Data to process ::
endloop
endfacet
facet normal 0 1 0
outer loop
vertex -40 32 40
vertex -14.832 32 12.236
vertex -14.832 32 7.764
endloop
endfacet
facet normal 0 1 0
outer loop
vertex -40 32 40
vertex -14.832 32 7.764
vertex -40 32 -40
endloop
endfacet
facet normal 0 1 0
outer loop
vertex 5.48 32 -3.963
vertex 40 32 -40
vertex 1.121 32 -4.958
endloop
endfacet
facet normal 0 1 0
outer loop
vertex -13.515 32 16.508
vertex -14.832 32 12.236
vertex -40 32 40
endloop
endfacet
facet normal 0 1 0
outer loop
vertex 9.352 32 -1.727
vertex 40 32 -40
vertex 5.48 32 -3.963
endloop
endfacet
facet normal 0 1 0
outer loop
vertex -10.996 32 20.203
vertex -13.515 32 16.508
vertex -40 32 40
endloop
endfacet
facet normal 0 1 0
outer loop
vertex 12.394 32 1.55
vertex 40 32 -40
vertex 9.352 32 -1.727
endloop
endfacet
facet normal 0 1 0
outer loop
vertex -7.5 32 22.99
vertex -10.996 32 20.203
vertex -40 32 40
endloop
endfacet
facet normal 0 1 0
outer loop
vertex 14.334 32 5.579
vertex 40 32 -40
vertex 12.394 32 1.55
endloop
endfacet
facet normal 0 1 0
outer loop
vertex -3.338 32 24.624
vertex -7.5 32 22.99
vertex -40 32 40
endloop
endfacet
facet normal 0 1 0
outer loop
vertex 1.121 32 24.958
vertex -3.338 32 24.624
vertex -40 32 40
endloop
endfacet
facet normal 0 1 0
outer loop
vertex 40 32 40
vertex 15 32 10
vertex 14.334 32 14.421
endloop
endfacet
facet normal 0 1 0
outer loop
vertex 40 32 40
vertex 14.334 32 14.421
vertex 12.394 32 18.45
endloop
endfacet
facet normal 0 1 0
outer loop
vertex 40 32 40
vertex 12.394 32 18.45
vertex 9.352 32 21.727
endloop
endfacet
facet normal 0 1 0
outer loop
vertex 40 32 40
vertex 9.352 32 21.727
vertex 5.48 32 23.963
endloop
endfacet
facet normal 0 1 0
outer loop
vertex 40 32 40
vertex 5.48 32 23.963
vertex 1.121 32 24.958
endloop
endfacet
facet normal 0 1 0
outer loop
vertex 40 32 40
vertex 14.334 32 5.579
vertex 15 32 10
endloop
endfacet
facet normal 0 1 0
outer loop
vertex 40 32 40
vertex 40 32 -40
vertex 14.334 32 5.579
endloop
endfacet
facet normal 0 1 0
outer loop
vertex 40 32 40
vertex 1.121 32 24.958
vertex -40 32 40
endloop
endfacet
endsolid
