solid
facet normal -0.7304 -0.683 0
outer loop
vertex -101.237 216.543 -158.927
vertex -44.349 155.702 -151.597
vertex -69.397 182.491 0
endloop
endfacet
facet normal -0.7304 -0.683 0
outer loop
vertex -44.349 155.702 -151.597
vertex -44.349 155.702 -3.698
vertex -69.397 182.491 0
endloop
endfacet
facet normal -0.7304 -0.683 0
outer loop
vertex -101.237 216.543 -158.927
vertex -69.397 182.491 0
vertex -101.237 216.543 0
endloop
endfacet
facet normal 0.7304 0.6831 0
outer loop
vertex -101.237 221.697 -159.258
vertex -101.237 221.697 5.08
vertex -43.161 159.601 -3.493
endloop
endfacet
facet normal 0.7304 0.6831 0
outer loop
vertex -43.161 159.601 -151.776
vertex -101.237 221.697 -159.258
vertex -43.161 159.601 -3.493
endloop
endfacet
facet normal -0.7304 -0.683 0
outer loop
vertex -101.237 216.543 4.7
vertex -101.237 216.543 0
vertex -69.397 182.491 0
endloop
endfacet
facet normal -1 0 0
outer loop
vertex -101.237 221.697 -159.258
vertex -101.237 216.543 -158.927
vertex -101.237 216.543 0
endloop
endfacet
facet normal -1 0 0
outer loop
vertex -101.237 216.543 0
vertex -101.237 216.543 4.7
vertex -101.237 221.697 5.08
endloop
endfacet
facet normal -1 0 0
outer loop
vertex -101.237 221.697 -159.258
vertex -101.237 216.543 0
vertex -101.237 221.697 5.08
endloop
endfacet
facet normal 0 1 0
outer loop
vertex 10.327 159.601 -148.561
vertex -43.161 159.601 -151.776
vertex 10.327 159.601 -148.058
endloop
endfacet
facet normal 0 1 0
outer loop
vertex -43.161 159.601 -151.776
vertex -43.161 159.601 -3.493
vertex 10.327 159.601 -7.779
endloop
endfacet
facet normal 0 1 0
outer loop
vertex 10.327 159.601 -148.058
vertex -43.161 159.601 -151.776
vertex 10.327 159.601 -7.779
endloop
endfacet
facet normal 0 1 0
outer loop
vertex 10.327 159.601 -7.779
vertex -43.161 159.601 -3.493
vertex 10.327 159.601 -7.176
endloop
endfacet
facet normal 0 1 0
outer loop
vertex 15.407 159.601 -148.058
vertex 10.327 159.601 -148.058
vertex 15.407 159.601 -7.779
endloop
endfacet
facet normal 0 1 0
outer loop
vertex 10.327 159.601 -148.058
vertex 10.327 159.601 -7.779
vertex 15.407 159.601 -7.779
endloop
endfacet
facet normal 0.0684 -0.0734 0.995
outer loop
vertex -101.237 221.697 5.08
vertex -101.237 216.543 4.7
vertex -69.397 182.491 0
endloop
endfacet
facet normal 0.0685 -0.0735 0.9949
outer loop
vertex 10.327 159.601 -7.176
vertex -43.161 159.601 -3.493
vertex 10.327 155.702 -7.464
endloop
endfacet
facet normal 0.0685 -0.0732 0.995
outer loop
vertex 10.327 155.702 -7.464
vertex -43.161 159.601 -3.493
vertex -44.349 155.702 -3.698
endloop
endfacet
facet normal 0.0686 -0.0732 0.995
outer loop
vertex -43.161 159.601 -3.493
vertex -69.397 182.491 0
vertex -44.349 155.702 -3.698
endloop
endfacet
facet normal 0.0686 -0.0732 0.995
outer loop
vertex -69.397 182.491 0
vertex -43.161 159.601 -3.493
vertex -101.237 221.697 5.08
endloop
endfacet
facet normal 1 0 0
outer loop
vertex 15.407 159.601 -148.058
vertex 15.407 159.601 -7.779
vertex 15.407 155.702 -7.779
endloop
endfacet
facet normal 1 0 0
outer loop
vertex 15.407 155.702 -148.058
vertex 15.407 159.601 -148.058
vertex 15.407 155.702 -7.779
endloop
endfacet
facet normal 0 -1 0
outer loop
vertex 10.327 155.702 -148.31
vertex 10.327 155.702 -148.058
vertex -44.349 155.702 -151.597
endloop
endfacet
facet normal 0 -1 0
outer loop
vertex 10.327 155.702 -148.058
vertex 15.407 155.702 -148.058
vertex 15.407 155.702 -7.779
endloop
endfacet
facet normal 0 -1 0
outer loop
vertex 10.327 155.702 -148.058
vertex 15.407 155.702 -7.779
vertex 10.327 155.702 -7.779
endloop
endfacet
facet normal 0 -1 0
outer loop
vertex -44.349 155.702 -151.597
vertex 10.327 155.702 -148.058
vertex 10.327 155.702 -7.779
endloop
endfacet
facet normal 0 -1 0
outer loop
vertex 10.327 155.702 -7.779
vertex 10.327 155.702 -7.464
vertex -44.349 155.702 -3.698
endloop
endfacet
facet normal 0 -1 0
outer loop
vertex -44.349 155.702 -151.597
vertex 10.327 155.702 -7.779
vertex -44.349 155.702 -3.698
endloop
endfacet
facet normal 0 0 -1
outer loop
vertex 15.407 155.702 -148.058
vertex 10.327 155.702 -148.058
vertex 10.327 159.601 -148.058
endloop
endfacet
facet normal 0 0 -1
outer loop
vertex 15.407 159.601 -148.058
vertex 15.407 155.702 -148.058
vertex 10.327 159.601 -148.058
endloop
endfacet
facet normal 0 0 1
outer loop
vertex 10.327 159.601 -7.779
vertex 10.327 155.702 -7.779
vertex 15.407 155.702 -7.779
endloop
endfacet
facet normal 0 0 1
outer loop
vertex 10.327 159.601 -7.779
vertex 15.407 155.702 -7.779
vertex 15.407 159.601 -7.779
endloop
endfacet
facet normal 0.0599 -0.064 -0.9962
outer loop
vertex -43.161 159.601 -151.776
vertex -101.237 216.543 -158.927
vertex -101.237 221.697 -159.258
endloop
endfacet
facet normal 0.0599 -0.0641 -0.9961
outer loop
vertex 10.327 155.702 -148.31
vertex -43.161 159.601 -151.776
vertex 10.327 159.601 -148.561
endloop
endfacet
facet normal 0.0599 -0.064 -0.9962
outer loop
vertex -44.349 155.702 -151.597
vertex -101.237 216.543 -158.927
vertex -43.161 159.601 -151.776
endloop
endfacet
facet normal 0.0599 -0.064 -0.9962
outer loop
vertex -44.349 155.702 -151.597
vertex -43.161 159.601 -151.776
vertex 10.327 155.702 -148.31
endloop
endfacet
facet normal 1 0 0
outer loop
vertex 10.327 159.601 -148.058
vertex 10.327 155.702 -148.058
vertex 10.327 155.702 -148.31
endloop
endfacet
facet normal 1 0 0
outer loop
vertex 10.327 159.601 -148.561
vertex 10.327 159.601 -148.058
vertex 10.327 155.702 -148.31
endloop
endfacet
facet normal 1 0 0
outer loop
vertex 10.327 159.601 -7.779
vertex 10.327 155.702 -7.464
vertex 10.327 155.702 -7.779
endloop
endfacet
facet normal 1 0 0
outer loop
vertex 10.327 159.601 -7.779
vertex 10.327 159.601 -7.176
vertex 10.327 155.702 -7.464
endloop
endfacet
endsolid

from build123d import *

# Parameters (mm, degrees)
BOSS_EXTRUDE1_DEPTH     = 5.08
CUT_EXTRUDE1_DEPTH      = 50.8
SKETCH3_W               = 34.377834067
SKETCH3_H               = 141.590062345
CUT_EXTRUDE2_DEPTH      = 25.4
SKETCH4_R               = 1.4224
CUT_EXTRUDE3_DEPTH      = 5.08
BOSS_EXTRUDE2_DEPTH     = 164.338
CUT_EXTRUDE4_DEPTH      = 152.4
CUT_EXTRUDE5_DEPTH      = 152.4
CUT_EXTRUDE5_DEPTH_BACK = 152.4
SKETCH8_W               = 19.066411764
SKETCH8_H               = 17.374579431
SKETCH8_W_2             = 17.073824451
CUT_EXTRUDE6_DEPTH      = 5.08


with BuildPart() as part:
    # Sketch1 → Boss-Extrude1 (new body)
    with BuildSketch(Plane.XY):
        Polygon((0, 0), (0, 216.543480298), (-101.237370502, 216.543480298), (-101.237370502, 120.65), align=None)
    extrude(amount=BOSS_EXTRUDE1_DEPTH)

    # Sketch2 → Cut-Extrude1 (cut)
    with BuildSketch(Plane.XY.offset(5.08)):
        Polygon((-101.237370502, 216.543480298), (0, 108.271740149), (0, 216.543480298), align=None)
    extrude(amount=-CUT_EXTRUDE1_DEPTH, mode=Mode.SUBTRACT)

    # Sketch3 → Cut-Extrude2 (cut)
    with BuildSketch(Plane.XY.offset(5.08)):
        with Locations((5.61014441, 62.39317364)):
            Rectangle(SKETCH3_W, SKETCH3_H)
    extrude(amount=-CUT_EXTRUDE2_DEPTH, mode=Mode.SUBTRACT)

    # Sketch4 → Cut-Extrude3 (cut)
    with BuildSketch(Plane(origin=(0, 0, 0), x_dir=(0, 0, 1), z_dir=(-0.7660444431189743, -0.6427876096865437, 0))):
        with Locations((2.54, 26.412934343)):
            Circle(SKETCH4_R)
        with Locations((2.54, 153.412934343)):
            Circle(SKETCH4_R)
    extrude(amount=-CUT_EXTRUDE3_DEPTH, mode=Mode.SUBTRACT)

    # Sketch5 → Boss-Extrude2 (add)
    with BuildSketch(Plane.XY.offset(5.08)):
        Polygon((-101.237370502, 216.543480298), (-101.237370502, 221.697031777), (-43.160539618, 159.601331401), (15.407326332, 159.601331401), (15.407326332, 155.702260244), (-44.348979053, 155.702260244), align=None)
    extrude(amount=-BOSS_EXTRUDE2_DEPTH)

    # Sketch6 → Cut-Extrude4 (cut)
    with BuildSketch(Plane(origin=(0, 0, -63.5), x_dir=(-1, 0, 0), z_dir=(0, 0, -1))):
        Polygon((11.578772624, 120.655051318), (11.578772624, 13.799043873), (101.237370502, 120.65), (101.237370502, 216.543480298), align=None)
    extrude(amount=-CUT_EXTRUDE4_DEPTH, mode=Mode.SUBTRACT)

    # Sketch7 → Cut-Extrude5 (cut, two sides: drawn at the far end of the back side and taken through both)
    with BuildSketch(Plane(origin=(56.600313361, 52.937108481, 0), x_dir=(0, 0, -1), z_dir=(0.7303459019409237, 0.6830774945188128, 0)).offset(-CUT_EXTRUDE5_DEPTH_BACK)):
        Polygon((-5.08, 231.068488025), (7.526341611, 106.039780465), (-5.08, 106.039780465), align=None)
        Polygon((159.258, 231.068488025), (148.255408438, 106.039780465), (159.258, 106.039780465), align=None)
    extrude(amount=CUT_EXTRUDE5_DEPTH + CUT_EXTRUDE5_DEPTH_BACK, mode=Mode.SUBTRACT)

    # Sketch8 → Cut-Extrude6 (cut)
    with BuildSketch(Plane(origin=(15.407326332, 0, 0), x_dir=(0, 0, -1), z_dir=(1, 0, 0))):
        with Locations((-1.754260648, 156.68928868)):
            Rectangle(SKETCH8_W, SKETCH8_H)
        with Locations((156.594427777, 156.68928868)):
            Rectangle(SKETCH8_W_2, SKETCH8_H)
    extrude(amount=-CUT_EXTRUDE6_DEPTH, mode=Mode.SUBTRACT)


solid = part.part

Directions ::
Would you please transcribe the lines above exactly, starting with the first line of the material and ending with the line that has "vertex 1.121 32 -4.958"?

Answer ::
endloop
endfacet
facet normal 0 1 0
outer loop
vertex -40 32 40
vertex -14.832 32 12.236
vertex -14.832 32 7.764
endloop
endfacet
facet normal 0 1 0
outer loop
vertex -40 32 40
vertex -14.832 32 7.764
vertex -40 32 -40
endloop
endfacet
facet normal 0 1 0
outer loop
vertex 5.48 32 -3.963
vertex 40 32 -40
vertex 1.121 32 -4.958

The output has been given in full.